No, they didn’t ask. “I have not been asked for permission by Mitt Romney's campaign for the use of my song,” said Somali-Canadian musician K’naan on Wednesday, after the politician celebrated his victory in the U.S. Republican Florida primary to the sound of the global hit Wavin’ Flag.
“If I had been asked, I would certainly not have granted it. I would happily grant the Obama campaign use of my song without prejudice,” said the musician in a statement, adding that he is currently looking into legal action to prevent any further use of the song.
K’naan’s initial response, on Twitter – “Yo @mittromney I am K’naan Warsame and I do not endorse this message” – was an embarrassment for the Romney campaign, but the situation isn’t unique: Earlier this week, Frankie Sullivan of the group Survivor and co-writer of Eye of the Tiger filed a lawsuit against Republican Newt Gingrich for using the power ballad at rallies as far back as 2009.
And the list goes on: Rocker Tom Petty ordered former GOP presidential contender Michele Bachmann to “cease and desist” from using his song American Girl; Heart issued a similar letter barring the use of Barracuda for Sarah Palin’s vice-presidential run in 2008. Back in 1984, Bruce Springsteen criticized attempts by Ronald Regan’s campaign to adopt his anthemic Born in the USA.
In this campaign, Kid Rock is one musician who has given support to the GOP: He’s allowed Romney to use Born Free as his anthem.
Representatives from musicians’ publishing rights groups such as SOCAN in Canada and BMI in the States explain that it’s up to the venue holding a political rally to purchase a blanket license to play any of the music they administer. That’s standard practice, and there’s no recourse through these publishing groups to prevent a song from being played for ideological reasons.

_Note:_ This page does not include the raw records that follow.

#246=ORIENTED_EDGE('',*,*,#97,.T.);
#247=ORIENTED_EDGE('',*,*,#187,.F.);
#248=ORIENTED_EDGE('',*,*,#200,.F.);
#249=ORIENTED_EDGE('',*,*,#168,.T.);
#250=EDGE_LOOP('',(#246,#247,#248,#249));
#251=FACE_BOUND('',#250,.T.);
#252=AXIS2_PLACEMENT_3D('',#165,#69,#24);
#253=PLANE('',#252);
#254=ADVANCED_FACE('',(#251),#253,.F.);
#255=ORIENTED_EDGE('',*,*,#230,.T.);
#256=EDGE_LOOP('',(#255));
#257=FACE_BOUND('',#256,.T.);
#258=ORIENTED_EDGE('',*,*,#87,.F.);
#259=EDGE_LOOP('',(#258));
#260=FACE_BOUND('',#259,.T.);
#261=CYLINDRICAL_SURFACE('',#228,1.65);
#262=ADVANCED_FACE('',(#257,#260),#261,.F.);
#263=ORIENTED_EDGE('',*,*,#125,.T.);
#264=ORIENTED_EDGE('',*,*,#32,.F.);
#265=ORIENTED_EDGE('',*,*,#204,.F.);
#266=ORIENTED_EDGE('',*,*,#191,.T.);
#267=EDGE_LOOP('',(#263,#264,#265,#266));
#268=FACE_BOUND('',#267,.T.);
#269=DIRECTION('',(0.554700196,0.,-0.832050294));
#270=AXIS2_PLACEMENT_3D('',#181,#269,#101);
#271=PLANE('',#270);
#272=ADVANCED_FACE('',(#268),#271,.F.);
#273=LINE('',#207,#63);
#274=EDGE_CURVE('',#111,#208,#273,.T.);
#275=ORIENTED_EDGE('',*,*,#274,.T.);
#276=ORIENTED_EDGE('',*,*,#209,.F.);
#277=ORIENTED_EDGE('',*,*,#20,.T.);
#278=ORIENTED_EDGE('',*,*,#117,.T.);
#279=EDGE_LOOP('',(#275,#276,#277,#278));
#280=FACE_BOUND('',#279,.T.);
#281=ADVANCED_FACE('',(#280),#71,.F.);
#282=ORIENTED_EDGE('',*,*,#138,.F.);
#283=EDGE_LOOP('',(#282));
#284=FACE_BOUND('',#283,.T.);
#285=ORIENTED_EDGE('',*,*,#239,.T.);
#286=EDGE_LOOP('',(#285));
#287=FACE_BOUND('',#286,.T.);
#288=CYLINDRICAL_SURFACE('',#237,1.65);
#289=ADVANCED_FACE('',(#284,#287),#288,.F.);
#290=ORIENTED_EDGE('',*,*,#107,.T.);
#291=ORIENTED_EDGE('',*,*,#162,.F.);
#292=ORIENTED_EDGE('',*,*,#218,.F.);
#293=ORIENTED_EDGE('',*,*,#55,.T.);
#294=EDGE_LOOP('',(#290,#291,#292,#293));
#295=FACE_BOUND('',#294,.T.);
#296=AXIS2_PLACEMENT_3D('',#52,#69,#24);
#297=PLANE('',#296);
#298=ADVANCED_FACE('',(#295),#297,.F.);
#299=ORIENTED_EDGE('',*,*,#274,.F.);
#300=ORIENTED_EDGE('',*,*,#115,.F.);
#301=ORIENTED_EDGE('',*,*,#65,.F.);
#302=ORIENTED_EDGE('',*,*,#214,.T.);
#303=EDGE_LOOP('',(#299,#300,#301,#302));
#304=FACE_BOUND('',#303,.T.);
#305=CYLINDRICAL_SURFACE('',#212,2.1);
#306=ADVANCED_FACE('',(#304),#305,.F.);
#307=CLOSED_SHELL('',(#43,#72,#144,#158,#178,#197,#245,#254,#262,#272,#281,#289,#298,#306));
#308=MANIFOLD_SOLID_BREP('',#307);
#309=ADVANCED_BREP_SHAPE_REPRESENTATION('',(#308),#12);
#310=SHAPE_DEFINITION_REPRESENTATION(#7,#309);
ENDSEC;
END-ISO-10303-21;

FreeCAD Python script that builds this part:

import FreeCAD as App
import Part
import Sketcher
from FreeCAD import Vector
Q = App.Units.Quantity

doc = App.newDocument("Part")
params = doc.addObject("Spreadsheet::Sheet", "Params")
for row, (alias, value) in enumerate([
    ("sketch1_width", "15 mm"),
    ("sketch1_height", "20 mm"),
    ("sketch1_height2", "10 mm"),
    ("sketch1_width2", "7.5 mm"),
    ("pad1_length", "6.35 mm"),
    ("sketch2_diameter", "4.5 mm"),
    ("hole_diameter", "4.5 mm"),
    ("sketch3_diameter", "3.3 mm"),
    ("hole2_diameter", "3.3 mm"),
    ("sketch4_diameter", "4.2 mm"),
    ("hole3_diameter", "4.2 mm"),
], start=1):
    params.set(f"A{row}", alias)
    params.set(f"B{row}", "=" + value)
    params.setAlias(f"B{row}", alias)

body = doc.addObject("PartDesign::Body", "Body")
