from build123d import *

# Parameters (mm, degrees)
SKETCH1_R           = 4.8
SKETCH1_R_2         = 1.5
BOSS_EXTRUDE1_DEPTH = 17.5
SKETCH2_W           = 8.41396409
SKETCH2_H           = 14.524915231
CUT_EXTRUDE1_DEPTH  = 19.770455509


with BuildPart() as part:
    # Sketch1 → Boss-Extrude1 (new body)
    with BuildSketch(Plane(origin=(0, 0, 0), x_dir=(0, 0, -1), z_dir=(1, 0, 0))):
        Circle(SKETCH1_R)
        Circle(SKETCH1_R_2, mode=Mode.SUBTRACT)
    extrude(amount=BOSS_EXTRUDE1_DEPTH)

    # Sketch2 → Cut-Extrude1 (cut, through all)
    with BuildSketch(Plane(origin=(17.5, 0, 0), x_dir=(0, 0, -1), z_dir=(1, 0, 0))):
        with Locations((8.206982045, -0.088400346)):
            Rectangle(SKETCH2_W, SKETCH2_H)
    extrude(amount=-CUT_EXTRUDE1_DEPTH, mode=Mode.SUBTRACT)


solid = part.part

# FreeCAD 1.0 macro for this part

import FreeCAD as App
import Part
import Sketcher

doc = App.newDocument("Part")
body = doc.addObject("PartDesign::Body", "Body")

# Sketch on YZ plane
sketch1 = doc.addObject("Sketcher::SketchObject", "Sketch")
body.addObject(sketch1)
sketch1.AttachmentSupport = (doc.YZ_Plane, [""])
sketch1.MapMode = "FlatFace"
sketch1.addGeometry([
    Part.Circle(App.Vector(0, 0, 0), App.Vector(0, 0, 1), 4.8),
    Part.Circle(App.Vector(0, 0, 0), App.Vector(0, 0, 1), 1.5),
], False)
sketch1.addConstraint([
    Sketcher.Constraint("Coincident", 0, 3, -1, 1),
    Sketcher.Constraint("Coincident", 1, 3, -1, 1),
    Sketcher.Constraint("Diameter", 1, 3.0),
    Sketcher.Constraint("Diameter", 0, 9.6),
])
pad1 = doc.addObject("PartDesign::Pad", "Pad")
body.addObject(pad1)
pad1.Profile = sketch1
pad1.Length = 17.5

# Sketch on YZ plane
sketch2 = doc.addObject("Sketcher::SketchObject", "Sketch001")
body.addObject(sketch2)
sketch2.AttachmentSupport = (doc.YZ_Plane, [""])
sketch2.MapMode = "FlatFace"
sketch2.AttachmentOffset = App.Placement(App.Vector(0, 0, 17.5), App.Rotation())
sketch2.addGeometry([
    Part.LineSegment(App.Vector(7, -4, 0), App.Vector(-7, -4, 0)),
    Part.LineSegment(App.Vector(-7, -4, 0), App.Vector(-7, -12, 0)),
    Part.LineSegment(App.Vector(-7, -12, 0), App.Vector(7, -12, 0)),
    Part.LineSegment(App.Vector(7, -12, 0), App.Vector(7, -4, 0)),
], False)
sketch2.addConstraint([
    Sketcher.Constraint("Coincident", 0, 2, 1, 1),
    Sketcher.Constraint("Coincident", 1, 2, 2, 1),
    Sketcher.Constraint("Coincident", 2, 2, 3, 1),
    Sketcher.Constraint("Coincident", 3, 2, 0, 1),
    Sketcher.Constraint("Horizontal", 0),
    Sketcher.Constraint("Vertical", 1),
    Sketcher.Constraint("Horizontal", 2),
    Sketcher.Constraint("Vertical", 3),
    Sketcher.Constraint("DistanceY", 0, 2, -1, 1, 4.0),
    Sketcher.Constraint("DistanceX", 0, 2, 0, 1, 14.524915),
    Sketcher.Constraint("DistanceY", 1, 2, 1, 1, 8.413964),
    Sketcher.Constraint("DistanceX", 0, 2, -1, 1, 7.350858),
])
pocket1 = doc.addObject("PartDesign::Pocket", "Pocket")
body.addObject(pocket1)
pocket1.Profile = sketch2
pocket1.Type = "ThroughAll"

doc.recompute()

Yet that’s the fear, that a song will become irrevocably appropriated in a way a musician doesn’t want. For instance, David Byrne settled a 2010, $1-million (U.S.) suit against then Florida governor Charlie Crist and the use of Byrne’s song Road to Nowhere in campaign ads without permission. With campaign ads and televised events, permission is more complicated; it involves so-called synchronization licenses and other agreements that require the permission of the songwriter or music publisher.
Particularly in the United States, where presidential campaigns drag on for eons, pop songs and political rallies are tradition. John F. Kennedy used Frank Sinatra’s High Hopes; Franklin D. Roosevelt used Happy Days Are Here Again. Often the association sticks: Happy Days Are Here Again has become such a standard for the Democratic Party it’s difficult to hear the song today and not picture happy-clappy delegates on the convention floor.
Bill Clinton was adept at turning Fleetwood Mac’s Don’t Stop into his own, while Hillary Clinton in her 2008 presidential bid turned the search for a campaign theme into a month-long publicity event in itself, by allowing the public to help her pick the song. The decision, for better or worse, was Celine Dion’s You and I.
Not everyone is concerned about a song’s political use. Fox News reported Tuesday that Eye of the Tiger’s other co-writer Jim Peterik is ambivalent and notes that if the venues have a license, Gingrich can use it. “This is not for any one political candidate. This is for the world,” he said.